Add outlier_analysis/src/outlier_analysis/core.py

This commit is contained in:
Mika 2026-03-13 16:23:00 +00:00
parent 4b052da98a
commit 85fd92bba5

View file

@ -0,0 +1,76 @@
from __future__ import annotations
import json
import statistics
from pathlib import Path
from typing import List, Dict, Any
import pandas as pd
class InputValidationError(ValueError):
"""Raised when input validation fails for log entries."""
pass
def _validate_log_entries(log_entries: List[Dict[str, Any]]) -> None:
if not isinstance(log_entries, list):
raise InputValidationError("log_entries must be a list of dicts.")
for entry in log_entries:
if not isinstance(entry, dict):
raise InputValidationError("Each log entry must be a dict.")
required_fields = [
"corr_id",
"stratum",
"retry_total_overhead_ms",
]
for field in required_fields:
if field not in entry:
raise InputValidationError(f"Missing required field '{field}' in log entry.")

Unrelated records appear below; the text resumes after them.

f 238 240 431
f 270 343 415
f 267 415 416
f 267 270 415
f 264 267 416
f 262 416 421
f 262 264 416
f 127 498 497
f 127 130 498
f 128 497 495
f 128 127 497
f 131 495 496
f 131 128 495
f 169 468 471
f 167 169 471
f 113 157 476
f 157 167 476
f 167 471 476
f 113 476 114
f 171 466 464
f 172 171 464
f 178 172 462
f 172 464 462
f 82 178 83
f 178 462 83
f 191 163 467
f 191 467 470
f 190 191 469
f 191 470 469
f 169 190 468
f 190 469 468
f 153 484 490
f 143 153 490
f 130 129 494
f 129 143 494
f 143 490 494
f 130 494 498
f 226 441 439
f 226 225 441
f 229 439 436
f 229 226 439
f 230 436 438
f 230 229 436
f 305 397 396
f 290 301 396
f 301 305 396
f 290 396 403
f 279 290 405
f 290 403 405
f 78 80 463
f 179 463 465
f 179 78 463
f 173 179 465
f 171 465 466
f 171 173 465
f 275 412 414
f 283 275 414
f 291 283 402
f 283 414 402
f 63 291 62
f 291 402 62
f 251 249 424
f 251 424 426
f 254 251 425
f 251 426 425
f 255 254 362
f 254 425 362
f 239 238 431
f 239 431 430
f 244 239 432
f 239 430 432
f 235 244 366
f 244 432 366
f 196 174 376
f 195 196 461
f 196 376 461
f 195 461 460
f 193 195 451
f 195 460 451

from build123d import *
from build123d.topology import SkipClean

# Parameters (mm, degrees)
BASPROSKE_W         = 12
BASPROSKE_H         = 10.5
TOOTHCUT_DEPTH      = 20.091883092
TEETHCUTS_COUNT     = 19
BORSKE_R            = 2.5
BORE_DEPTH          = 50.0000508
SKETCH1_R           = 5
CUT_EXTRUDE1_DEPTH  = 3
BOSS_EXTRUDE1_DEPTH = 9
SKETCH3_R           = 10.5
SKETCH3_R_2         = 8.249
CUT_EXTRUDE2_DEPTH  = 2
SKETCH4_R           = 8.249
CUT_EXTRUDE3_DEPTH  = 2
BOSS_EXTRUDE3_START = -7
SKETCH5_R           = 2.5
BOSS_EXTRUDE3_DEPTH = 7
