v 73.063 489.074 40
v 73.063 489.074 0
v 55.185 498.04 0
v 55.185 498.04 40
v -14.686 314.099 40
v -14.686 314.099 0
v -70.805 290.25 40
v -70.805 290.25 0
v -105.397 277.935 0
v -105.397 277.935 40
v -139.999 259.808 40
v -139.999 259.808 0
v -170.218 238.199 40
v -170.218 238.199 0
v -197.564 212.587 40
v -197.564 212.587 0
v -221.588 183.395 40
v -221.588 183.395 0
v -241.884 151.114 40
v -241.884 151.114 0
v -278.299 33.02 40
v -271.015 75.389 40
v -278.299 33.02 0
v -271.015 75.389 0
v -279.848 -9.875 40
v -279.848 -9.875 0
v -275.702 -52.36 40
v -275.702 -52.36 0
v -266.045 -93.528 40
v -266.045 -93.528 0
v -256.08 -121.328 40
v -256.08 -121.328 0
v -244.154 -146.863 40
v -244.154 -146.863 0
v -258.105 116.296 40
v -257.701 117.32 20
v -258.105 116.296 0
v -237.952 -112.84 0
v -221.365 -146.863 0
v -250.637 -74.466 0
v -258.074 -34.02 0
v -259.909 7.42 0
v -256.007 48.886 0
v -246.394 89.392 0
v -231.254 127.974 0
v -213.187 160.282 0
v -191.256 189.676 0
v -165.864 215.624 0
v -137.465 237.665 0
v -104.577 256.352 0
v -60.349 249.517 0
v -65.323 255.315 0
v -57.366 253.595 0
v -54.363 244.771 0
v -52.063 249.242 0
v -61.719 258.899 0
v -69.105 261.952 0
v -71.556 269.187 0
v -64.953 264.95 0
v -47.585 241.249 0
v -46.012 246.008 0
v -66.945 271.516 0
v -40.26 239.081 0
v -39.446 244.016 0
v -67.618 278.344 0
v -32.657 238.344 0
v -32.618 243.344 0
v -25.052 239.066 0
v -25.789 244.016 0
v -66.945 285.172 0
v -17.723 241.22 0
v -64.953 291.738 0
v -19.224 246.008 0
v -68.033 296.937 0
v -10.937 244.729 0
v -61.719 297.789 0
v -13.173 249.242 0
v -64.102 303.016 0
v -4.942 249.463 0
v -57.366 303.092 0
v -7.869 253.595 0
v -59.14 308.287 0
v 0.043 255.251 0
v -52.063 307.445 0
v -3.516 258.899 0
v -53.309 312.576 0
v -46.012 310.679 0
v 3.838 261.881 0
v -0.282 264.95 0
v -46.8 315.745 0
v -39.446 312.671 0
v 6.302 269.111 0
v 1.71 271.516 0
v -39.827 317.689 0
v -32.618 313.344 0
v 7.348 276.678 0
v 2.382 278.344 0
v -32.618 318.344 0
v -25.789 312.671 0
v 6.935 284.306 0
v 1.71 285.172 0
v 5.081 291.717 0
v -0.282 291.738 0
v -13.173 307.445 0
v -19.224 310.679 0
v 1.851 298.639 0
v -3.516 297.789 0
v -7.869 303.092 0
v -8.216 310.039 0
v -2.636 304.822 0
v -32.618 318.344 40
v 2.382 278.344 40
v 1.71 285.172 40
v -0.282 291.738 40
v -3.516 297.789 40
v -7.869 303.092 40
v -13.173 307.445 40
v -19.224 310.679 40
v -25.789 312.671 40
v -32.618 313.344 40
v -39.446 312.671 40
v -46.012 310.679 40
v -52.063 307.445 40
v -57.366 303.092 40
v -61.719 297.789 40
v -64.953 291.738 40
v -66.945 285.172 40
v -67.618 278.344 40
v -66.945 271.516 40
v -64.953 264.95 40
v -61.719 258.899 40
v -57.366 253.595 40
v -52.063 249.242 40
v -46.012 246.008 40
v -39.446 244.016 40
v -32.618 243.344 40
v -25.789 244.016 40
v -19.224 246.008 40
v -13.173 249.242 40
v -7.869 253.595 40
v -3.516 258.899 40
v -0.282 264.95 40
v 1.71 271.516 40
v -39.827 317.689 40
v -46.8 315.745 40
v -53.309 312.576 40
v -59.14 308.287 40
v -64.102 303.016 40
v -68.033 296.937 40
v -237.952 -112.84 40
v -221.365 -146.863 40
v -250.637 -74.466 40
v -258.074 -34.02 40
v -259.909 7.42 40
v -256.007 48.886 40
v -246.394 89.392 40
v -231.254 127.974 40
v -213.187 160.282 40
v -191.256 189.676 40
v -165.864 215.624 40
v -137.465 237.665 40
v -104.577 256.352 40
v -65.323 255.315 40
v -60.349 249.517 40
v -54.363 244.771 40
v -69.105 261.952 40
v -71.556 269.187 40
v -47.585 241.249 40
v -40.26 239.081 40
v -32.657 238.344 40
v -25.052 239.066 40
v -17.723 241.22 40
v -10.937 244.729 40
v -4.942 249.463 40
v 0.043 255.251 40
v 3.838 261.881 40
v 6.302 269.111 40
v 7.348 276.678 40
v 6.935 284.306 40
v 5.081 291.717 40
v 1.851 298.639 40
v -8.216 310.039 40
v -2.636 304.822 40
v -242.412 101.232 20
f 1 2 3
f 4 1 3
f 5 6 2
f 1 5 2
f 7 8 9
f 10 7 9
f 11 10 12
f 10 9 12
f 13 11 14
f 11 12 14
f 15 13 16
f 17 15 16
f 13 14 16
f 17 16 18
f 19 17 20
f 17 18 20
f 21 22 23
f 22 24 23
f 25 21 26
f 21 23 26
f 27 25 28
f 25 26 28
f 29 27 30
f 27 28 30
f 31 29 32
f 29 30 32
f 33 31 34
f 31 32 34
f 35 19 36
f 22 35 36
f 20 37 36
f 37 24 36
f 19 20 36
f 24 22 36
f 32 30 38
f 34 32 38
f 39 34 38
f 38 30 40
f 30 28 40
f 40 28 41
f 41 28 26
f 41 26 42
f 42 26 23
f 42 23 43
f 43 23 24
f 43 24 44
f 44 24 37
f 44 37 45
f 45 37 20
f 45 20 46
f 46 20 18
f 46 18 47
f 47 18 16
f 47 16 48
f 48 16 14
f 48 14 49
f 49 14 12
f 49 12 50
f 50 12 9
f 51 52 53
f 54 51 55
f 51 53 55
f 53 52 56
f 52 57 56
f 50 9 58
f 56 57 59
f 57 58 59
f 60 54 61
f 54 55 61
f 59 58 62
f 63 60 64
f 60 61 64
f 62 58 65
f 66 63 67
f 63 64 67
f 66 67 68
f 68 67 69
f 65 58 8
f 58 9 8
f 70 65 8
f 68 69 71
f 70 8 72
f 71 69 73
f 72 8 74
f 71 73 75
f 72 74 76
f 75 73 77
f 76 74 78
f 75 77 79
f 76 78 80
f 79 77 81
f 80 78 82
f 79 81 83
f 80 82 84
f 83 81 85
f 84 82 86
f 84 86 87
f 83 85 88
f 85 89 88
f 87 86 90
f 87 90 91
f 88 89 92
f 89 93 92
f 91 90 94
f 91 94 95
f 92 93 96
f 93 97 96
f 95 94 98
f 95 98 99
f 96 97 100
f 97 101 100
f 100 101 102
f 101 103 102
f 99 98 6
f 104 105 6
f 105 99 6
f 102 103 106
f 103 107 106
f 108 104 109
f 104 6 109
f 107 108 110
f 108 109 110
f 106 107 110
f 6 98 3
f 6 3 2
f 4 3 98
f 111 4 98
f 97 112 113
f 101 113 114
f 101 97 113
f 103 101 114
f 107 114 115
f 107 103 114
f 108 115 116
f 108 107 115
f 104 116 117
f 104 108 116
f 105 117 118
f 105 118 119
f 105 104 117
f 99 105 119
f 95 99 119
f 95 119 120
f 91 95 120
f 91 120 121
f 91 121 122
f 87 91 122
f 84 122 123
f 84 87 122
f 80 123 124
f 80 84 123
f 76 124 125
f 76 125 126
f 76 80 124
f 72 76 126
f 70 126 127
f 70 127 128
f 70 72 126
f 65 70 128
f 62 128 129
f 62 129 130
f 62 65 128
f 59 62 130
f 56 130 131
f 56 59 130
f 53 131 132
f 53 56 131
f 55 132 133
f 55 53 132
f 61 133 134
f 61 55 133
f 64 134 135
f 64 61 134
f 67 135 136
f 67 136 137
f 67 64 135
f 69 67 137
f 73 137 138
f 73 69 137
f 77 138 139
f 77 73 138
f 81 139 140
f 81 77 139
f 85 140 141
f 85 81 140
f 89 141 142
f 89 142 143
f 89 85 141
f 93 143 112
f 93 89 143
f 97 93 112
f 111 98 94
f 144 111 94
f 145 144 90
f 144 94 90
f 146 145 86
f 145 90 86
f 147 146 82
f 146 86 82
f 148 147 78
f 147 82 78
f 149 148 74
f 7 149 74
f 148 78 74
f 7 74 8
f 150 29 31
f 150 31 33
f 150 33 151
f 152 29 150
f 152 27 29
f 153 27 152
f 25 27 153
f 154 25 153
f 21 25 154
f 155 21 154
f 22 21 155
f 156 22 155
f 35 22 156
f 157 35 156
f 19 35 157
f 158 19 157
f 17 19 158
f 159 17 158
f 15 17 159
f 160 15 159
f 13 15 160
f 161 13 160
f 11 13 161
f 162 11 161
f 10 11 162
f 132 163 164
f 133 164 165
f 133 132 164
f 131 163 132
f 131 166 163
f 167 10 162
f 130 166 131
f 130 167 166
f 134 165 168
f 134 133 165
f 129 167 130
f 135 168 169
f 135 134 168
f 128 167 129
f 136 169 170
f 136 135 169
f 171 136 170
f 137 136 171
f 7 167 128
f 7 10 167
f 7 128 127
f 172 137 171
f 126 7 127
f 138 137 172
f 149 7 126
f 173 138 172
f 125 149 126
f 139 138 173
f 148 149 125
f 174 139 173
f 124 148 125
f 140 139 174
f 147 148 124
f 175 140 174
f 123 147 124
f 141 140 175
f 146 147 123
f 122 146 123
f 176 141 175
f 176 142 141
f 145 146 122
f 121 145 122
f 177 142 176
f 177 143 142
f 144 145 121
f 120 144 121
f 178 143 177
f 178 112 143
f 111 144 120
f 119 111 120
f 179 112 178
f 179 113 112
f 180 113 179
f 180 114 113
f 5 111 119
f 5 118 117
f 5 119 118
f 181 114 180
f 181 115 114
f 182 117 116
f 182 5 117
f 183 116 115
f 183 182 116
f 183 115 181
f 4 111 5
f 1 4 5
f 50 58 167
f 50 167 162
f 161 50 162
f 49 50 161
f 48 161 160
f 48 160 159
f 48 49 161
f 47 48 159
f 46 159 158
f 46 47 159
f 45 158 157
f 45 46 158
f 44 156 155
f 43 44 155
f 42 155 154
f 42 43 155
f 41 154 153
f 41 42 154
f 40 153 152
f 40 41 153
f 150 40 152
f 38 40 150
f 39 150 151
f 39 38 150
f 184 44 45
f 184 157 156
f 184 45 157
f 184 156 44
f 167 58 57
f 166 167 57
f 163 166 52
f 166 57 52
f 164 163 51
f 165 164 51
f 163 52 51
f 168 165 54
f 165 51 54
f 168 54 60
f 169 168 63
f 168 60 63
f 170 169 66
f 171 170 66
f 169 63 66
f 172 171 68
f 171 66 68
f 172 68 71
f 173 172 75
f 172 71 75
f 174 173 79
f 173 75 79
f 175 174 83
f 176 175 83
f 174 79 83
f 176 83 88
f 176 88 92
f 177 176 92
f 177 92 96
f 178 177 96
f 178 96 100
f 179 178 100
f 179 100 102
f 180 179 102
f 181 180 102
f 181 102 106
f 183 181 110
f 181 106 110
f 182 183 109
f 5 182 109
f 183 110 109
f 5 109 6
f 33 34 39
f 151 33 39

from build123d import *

# Parameters (mm, degrees)
CROQUIS1_R               = 35
SALIENTE_EXTRUIR15_DEPTH = 40


with BuildPart() as part:
    # Croquis1 → Saliente-Extruir15 (new body)
    with BuildSketch(Plane.XY):
        with BuildLine():
            Line((-14.686304328, 314.09938136), (73.062849976, 489.074174319))
            Line((73.062849976, 489.074174319), (55.185016864, 498.039835657))
            Line((55.185016864, 498.039835657), (-32.617627004, 318.343715137))
            ThreePointArc((-32.617627004, 318.343715137), (-56.321599928, 310.563610662), (-70.80460356, 290.249798518))
            add(Edge.make_bspline(
                [(-70.80460356, 290.249798518), (-421.705541448, 191.98441708), (-244.154369287, -146.862508424)],
                knots=[3.397241876, 3.397241876, 3.397241876, 5.223953064, 5.223953064, 5.223953064], degree=2, weights=[1, 0.611093045, 1]))
            Line((-244.154369287, -146.862508424), (-221.365281412, -146.862508424))
            add(Edge.make_bspline(
                [(-71.555520961, 269.187274007), (-401.226138708, 167.553458018), (-221.365281412, -146.862508424)],
                knots=[0.278811815, 0.278811815, 0.278811815, 2.122934595, 2.122934595, 2.122934595], degree=2, weights=[1, 0.604178825, 1]))
            ThreePointArc((-71.555520961, 269.187274007), (-7.826633559, 246.952527775), (-14.686304328, 314.09938136))
        make_face()
        with Locations((-32.617627004, 278.343715137)):
            Circle(CROQUIS1_R, mode=Mode.SUBTRACT)
    extrude(amount=SALIENTE_EXTRUIR15_DEPTH)


solid = part.part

def analyze_outliers(log_entries: List[Dict[str, Any]]) -> Dict[str, Any]:
"""Analysiert Log-Einträge und erstellt statistische Kennzahlen zu Outliern.
Args:
log_entries (List[Dict[str, Any]]): Liste von Log-Einträgen.
Returns:
Dict[str, Any]: Statistik- und Clusterinformationen im JSON-kompatiblen Format.
"""
_validate_log_entries(log_entries)
df = pd.DataFrame(log_entries)
if df.empty or 'retry_total_overhead_ms' not in df.columns:
raise InputValidationError("No retry_total_overhead_ms data found.")
values = df['retry_total_overhead_ms'].dropna().astype(float).tolist()
if not values:
raise InputValidationError("No valid numerical values for retry_total_overhead_ms.")

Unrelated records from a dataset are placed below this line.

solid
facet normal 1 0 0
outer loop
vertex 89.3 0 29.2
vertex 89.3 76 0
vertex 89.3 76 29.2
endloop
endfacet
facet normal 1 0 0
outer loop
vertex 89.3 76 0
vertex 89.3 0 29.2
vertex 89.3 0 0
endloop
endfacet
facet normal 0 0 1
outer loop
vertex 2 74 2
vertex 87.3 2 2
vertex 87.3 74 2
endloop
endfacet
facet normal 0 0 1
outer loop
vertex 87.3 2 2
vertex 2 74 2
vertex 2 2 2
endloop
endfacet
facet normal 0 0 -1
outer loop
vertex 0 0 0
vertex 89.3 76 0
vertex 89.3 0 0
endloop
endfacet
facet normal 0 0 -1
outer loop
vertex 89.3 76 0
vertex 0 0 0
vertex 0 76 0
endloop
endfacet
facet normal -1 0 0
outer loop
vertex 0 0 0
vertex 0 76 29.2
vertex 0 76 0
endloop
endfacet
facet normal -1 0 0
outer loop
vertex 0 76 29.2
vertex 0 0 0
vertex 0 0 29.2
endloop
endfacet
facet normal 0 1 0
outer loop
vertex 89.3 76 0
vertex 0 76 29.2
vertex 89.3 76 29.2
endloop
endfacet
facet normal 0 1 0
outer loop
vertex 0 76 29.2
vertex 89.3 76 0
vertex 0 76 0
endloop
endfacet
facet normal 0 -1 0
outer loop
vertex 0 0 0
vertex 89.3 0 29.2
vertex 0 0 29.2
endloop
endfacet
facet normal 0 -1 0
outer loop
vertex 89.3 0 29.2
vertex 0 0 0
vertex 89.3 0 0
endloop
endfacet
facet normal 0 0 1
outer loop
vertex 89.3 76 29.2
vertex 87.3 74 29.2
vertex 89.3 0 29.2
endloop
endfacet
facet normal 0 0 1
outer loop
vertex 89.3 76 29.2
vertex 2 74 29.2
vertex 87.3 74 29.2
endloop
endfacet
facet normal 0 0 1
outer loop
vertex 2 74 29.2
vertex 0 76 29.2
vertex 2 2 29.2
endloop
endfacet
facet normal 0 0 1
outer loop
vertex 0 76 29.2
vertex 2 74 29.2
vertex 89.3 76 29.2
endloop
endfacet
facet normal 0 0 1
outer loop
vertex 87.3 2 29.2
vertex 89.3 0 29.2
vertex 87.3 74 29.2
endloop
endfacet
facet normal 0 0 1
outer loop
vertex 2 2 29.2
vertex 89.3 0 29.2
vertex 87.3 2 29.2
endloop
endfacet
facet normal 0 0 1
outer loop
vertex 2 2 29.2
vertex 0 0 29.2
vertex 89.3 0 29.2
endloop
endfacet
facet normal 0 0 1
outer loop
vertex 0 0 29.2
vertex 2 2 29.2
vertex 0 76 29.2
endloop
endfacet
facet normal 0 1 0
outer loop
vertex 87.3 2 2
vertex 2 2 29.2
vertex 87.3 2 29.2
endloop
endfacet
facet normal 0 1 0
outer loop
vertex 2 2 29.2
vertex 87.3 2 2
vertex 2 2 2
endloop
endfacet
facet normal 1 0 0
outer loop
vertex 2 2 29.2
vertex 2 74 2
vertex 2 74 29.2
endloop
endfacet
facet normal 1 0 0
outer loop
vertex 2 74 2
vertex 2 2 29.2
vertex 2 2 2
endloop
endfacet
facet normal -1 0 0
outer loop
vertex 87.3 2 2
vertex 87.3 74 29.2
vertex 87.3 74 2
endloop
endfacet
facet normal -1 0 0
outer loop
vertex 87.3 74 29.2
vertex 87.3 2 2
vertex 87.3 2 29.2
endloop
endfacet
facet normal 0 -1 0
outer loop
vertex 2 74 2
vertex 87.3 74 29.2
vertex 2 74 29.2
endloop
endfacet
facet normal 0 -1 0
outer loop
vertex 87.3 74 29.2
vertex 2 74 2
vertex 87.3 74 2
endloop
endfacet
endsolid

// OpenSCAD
BOX_Y = 76;
BOX_X = 89.3;
BOX_Z = 29.2;
BOX_THICK = 2;

BOARD_Z = 3;

SCREW_Z = 5;

FN = 64;

// base
cube ([BOX_X, BOX_Y, BOX_THICK]);

// walls
// front wall
cube ([BOX_X, BOX_THICK, BOX_Z]);
// left wall
cube ([BOX_THICK, BOX_Y, BOX_Z]);
// right wall
translate ([BOX_X - BOX_THICK, 0, 0]) {
    cube ([BOX_THICK, BOX_Y, BOX_Z]);
}
// back wall
translate ([0, BOX_Y - BOX_THICK, 0]) {
    cube ([BOX_X, BOX_THICK, BOX_Z]);
}

// boards screw holes
linear_extrude(height = BOARD_Z + BOX_THICK) {
    import(file = "../drawings/camera.dxf", layer = "openscad-box-board", $fn=FN);
}

// cover support
linear_extrude(height = BOX_Z - BOX_THICK) {
    import(file = "../drawings/camera.dxf", layer = "openscad-box-support", $fn=FN);
}

// cover screws holes
linear_extrude(height = BOX_Z - BOX_THICK - SCREW_Z) {
    import(file = "../drawings/camera.dxf", layer = "openscad-box-screwsbase", $fn=FN);
}
linear_extrude(height = BOX_Z - BOX_THICK) {
    import(file = "../drawings/camera.dxf", layer = "openscad-box-screws", $fn=FN);
}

report: Dict[str, Any] = {
"mean": float(statistics.fmean(values)),
"median": float(statistics.median(values)),
"p90": float(df['retry_total_overhead_ms'].quantile(0.90)),
"p95": float(df['retry_total_overhead_ms'].quantile(0.95)),
"p99": float(df['retry_total_overhead_ms'].quantile(0.99)),
"max": float(df['retry_total_overhead_ms'].max()),
"clusters": [],
}
high_threshold = report["p95"]
clusters = []
high_outliers = df[df['retry_total_overhead_ms'] >= high_threshold]
if not high_outliers.empty:
grouped = high_outliers.groupby('stratum')
for name, group in grouped:
clusters.append({
"stratum": name,
"count": int(len(group)),
"mean_overhead": float(group['retry_total_overhead_ms'].mean()),
"max_overhead": float(group['retry_total_overhead_ms'].max()),
})
report["clusters"] = clusters
# CI assertions for data integrity
assert set(report.keys()) == {"mean", "median", "p90", "p95", "p99", "max", "clusters"}, "Unexpected report format"
return report